Фамиль Велиев
— вынесла в диктанте и «аллею» с двумя «л», и «проект» этот дурацкий с дурацкой «е», хотя там отчётливо слышится «э», и даже мой нищий глагол «сэкономить», в который так и хочется впихнуть какой-нибудь разделительный твёрдый знак, ну или хотя бы мягкий, — мягкий хотя бы можно, мягонький? Для нежности чувств! Вроде ведь радость! Вроде сэкономил! В последний, быстро истекающий день головокружительной акции схватил торжественно и бодро три губки для посуды по цене двух, и на душе сразу сделалось мягко! Можно? Ну пожалуйста! — Ни в коем случае. Ни твёрдый, ни мягкий. — Ну и не надо!
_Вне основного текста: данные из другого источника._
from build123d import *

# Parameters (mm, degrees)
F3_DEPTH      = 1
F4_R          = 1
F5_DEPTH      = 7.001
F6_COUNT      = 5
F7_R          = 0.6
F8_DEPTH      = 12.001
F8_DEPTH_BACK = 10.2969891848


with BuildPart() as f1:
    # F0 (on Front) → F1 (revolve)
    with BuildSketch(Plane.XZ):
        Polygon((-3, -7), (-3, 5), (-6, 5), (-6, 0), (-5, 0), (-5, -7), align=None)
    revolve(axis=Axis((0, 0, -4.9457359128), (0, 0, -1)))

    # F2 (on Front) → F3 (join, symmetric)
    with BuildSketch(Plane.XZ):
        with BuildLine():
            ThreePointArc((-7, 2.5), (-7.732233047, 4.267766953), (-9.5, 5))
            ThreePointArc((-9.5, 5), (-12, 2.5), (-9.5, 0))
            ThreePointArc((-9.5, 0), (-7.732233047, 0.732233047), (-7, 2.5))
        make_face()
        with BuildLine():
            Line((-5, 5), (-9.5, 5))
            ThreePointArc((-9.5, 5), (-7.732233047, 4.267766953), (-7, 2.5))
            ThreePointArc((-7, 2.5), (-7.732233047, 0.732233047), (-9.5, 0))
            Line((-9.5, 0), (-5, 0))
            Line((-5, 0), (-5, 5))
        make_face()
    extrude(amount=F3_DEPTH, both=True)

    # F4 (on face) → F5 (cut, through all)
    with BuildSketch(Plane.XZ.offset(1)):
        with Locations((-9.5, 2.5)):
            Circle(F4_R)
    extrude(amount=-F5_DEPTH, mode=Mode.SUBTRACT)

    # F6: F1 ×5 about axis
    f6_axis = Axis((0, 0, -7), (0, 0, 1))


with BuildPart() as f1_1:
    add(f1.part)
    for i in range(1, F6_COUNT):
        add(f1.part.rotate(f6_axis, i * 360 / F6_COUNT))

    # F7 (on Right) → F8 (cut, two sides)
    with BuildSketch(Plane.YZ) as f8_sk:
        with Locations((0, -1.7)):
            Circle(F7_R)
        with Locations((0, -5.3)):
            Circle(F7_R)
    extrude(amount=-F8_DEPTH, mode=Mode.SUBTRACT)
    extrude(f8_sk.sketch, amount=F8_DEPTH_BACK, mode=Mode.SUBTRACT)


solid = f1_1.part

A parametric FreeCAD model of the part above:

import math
import FreeCAD as App
import Part
import Sketcher
from FreeCAD import Vector

doc = App.newDocument("Part")
params = doc.addObject("Spreadsheet::Sheet", "Params")
for row, (alias, value) in enumerate([
    ("sketch1_width", "3 mm"),
    ("sketch1_width2", "1 mm"),
    ("sketch1_height", "12 mm"),
    ("sketch1_height2", "5 mm"),
    ("revolution_angle", "360 deg"),
    ("sketch2_radius", "2.5 mm"),
    ("sketch2_width", "4.5 mm"),
    ("pad1_length", "2 mm"),
    ("sketch3_diameter", "2 mm"),
    ("sketch4_diameter", "1.2 mm"),
], start=1):
    params.set(f"A{row}", alias)
    params.set(f"B{row}", "=" + value)
    params.setAlias(f"B{row}", alias)

body = doc.addObject("PartDesign::Body", "Body")

# Sketch on XZ plane
sketch1 = body.newObject("Sketcher::SketchObject", "Sketch")
sketch1.AttachmentSupport = (doc.getObject("XZ_Plane"), [""])
sketch1.MapMode = "FlatFace"
sketch1.addGeometry([
    Part.LineSegment(Vector(-3, -7, 0), Vector(-3, 5, 0)),  # 0
    Part.LineSegment(Vector(-3, 5, 0), Vector(-6, 5, 0)),  # 1
    Part.LineSegment(Vector(-6, 5, 0), Vector(-6, 0, 0)),  # 2
    Part.LineSegment(Vector(-6, 0, 0), Vector(-5, 0, 0)),  # 3
    Part.LineSegment(Vector(-5, 0, 0), Vector(-5, -7, 0)),  # 4
    Part.LineSegment(Vector(-5, -7, 0), Vector(-3, -7, 0)),  # 5
], False)
sketch1.addConstraint([
    Sketcher.Constraint("Coincident", 0, 2, 1, 1),
    Sketcher.Constraint("Coincident", 1, 2, 2, 1),
    Sketcher.Constraint("Coincident", 2, 2, 3, 1),
    Sketcher.Constraint("Coincident", 3, 2, 4, 1),
    Sketcher.Constraint("Coincident", 4, 2, 5, 1),
    Sketcher.Constraint("Coincident", 5, 2, 0, 1),
    Sketcher.Constraint("Vertical", 0),
    Sketcher.Constraint("Horizontal", 1),
    Sketcher.Constraint("Vertical", 2),
    Sketcher.Constraint("Horizontal", 3),
    Sketcher.Constraint("Vertical", 4),
    Sketcher.Constraint("Horizontal", 5),
    Sketcher.Constraint("PointOnObject", 2, 2, -1),
    Sketcher.Constraint("DistanceX", 1, 2, 1, 1, 3.0),
    Sketcher.Constraint("DistanceX", 3, 1, 3, 2, 1.0),
    Sketcher.Constraint("DistanceY", 0, 1, 0, 2, 12.0),
    Sketcher.Constraint("DistanceY", 2, 2, 2, 1, 5.0),
    Sketcher.Constraint("DistanceX", 0, 2, -1, 1, 3.0),
])
sketch1.setExpression("Constraints[13]", "Params.sketch1_width")
sketch1.setExpression("Constraints[14]", "Params.sketch1_width2")
sketch1.setExpression("Constraints[15]", "Params.sketch1_height")
sketch1.setExpression("Constraints[16]", "Params.sketch1_height2")
revolution = body.newObject("PartDesign::Revolution", "Revolution")
revolution.Profile = sketch1
revolution.ReferenceAxis = (sketch1, ["V_Axis"])
revolution.setExpression("Angle", "Params.revolution_angle")

# Sketch on XZ plane
sketch2 = body.newObject("Sketcher::SketchObject", "Sketch001")
sketch2.AttachmentSupport = (doc.getObject("XZ_Plane"), [""])
sketch2.MapMode = "FlatFace"
sketch2.addGeometry([
    Part.ArcOfCircle(Part.Circle(Vector(-9.5, 2.5, 0), Vector(0, 0, 1), 2.5), math.radians(90), math.radians(270)),
    Part.LineSegment(Vector(-9.5, 0, 0), Vector(-5, 0, 0)),
    Part.LineSegment(Vector(-5, 0, 0), Vector(-5, 5, 0)),
    Part.LineSegment(Vector(-5, 5, 0), Vector(-9.5, 5, 0)),
], False)
sketch2.addConstraint([
    Sketcher.Constraint("Tangent", 0, 2, 1, 1),
    Sketcher.Constraint("Coincident", 1, 2, 2, 1),
    Sketcher.Constraint("Coincident", 2, 2, 3, 1),
    Sketcher.Constraint("Tangent", 3, 2, 0, 1),
    Sketcher.Constraint("Horizontal", 1),
    Sketcher.Constraint("Vertical", 2),
    Sketcher.Constraint("Horizontal", 3),
    Sketcher.Constraint("PointOnObject", 0, 2, -1),
    Sketcher.Constraint("Radius", 0, 2.5),
    Sketcher.Constraint("DistanceX", 1, 1, 1, 2, 4.5),
    Sketcher.Constraint("DistanceX", 1, 2, -1, 1, 5.0),
])
sketch2.setExpression("Constraints[8]", "Params.sketch2_radius")
sketch2.setExpression("Constraints[9]", "Params.sketch2_width")
pad1 = body.newObject("PartDesign::Pad", "Pad")
pad1.Profile = sketch2
pad1.setExpression("Length", "Params.pad1_length")
pad1.Midplane = True

# Sketch on XZ plane
sketch3 = body.newObject("Sketcher::SketchObject", "Sketch002")
sketch3.AttachmentSupport = (doc.getObject("XZ_Plane"), [""])
sketch3.MapMode = "FlatFace"
sketch3.AttachmentOffset = App.Placement(Vector(0, 0, 1), App.Rotation())
sketch3.addGeometry(Part.Circle(Vector(-9.5, 2.5, 0), Vector(0, 0, 1), 1), False)
sketch3.addConstraint([
    Sketcher.Constraint("Diameter", 0, 2.0),
    Sketcher.Constraint("DistanceX", 0, 3, -1, 1, 9.5),
    Sketcher.Constraint("DistanceY", -1, 1, 0, 3, 2.5),
])
sketch3.setExpression("Constraints[0]", "Params.sketch3_diameter")
pocket1 = body.newObject("PartDesign::Pocket", "Pocket")
pocket1.Profile = sketch3
pocket1.Type = "ThroughAll"
body2 = doc.addObject("PartDesign::Body", "Body001")
doc.recompute()

body2.BaseFeature = body
doc.recompute()

body3 = doc.addObject("PartDesign::Body", "Body002")
body3.BaseFeature = body
body3.Placement = App.Placement(Vector(0, 0, 0), App.Rotation(Vector(0, 0, 1), 72))
boolean = body2.newObject("PartDesign::Boolean", "Boolean")
boolean.Type = "Fuse"
boolean.addObjects([body3])
doc.recompute()

body4 = doc.addObject("PartDesign::Body", "Body003")
body4.BaseFeature = body
body4.Placement = App.Placement(Vector(0, 0, 0), App.Rotation(Vector(0, 0, 1), 144))
boolean2 = body2.newObject("PartDesign::Boolean", "Boolean001")
boolean2.Type = "Fuse"
boolean2.addObjects([body4])
doc.recompute()

body5 = doc.addObject("PartDesign::Body", "Body004")
body5.BaseFeature = body
body5.Placement = App.Placement(Vector(0, 0, 0), App.Rotation(Vector(0, 0, 1), 216))
boolean3 = body2.newObject("PartDesign::Boolean", "Boolean002")
boolean3.Type = "Fuse"
boolean3.addObjects([body5])
doc.recompute()

body.Placement = App.Placement(Vector(0, 0, 0), App.Rotation(Vector(0, 0, 1), 288))
boolean4 = body2.newObject("PartDesign::Boolean", "Boolean003")
boolean4.Type = "Fuse"
boolean4.addObjects([body])

# Sketch on YZ plane
sketch4 = body2.newObject("Sketcher::SketchObject", "Sketch003")
sketch4.AttachmentSupport = (doc.getObject("YZ_Plane001"), [""])
sketch4.MapMode = "FlatFace"
sketch4.addGeometry([
    Part.Circle(Vector(0, -1.7, 0), Vector(0, 0, 1), 0.6),
    Part.Circle(Vector(0, -5.3, 0), Vector(0, 0, 1), 0.6),
], False)
sketch4.addConstraint([
    Sketcher.Constraint("Equal", 0, 1),
    Sketcher.Constraint("PointOnObject", 0, 3, -2),
    Sketcher.Constraint("PointOnObject", 1, 3, -2),
    Sketcher.Constraint("Diameter", 0, 1.2),
    Sketcher.Constraint("DistanceY", 0, 3, -1, 1, 1.7),
    Sketcher.Constraint("DistanceY", 1, 3, -1, 1, 5.3),
])
sketch4.setExpression("Constraints[3]", "Params.sketch4_diameter")
pocket2 = body2.newObject("PartDesign::Pocket", "Pocket001")
pocket2.Profile = sketch4
pocket2.Type = "ThroughAll"
pocket2.Midplane = True

doc.recompute()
Ну и чёрт с вами! — Вынесла, превозмогла, обошла все до единой препоны, как вдруг...
Видите ли, даже наипрочнейшую в мире сталь можно аккуратненько расплавить — надо просто посидеть и тихонько погреть, долго-долго, нудно-нудно.
Точки плавления ученица достигла на совершенно, казалось бы, безобидном слове — «двухъярусный», — не смогла, не сдюжила, превратилась всё-таки в раскалённую гущу.
Всё негодование, всю глубину своей отчаянной тоски перед лицом — или лучше сказать рылом? отвратительною маской? — русской орфографии она выразила в одном-единственном слове, разделив его надвое от полноты чувств.
«Двух яростный».
Да…
Я понимаю...
Я правда понимаю...
Это тот случай, когда одной ярости как будто бы мало.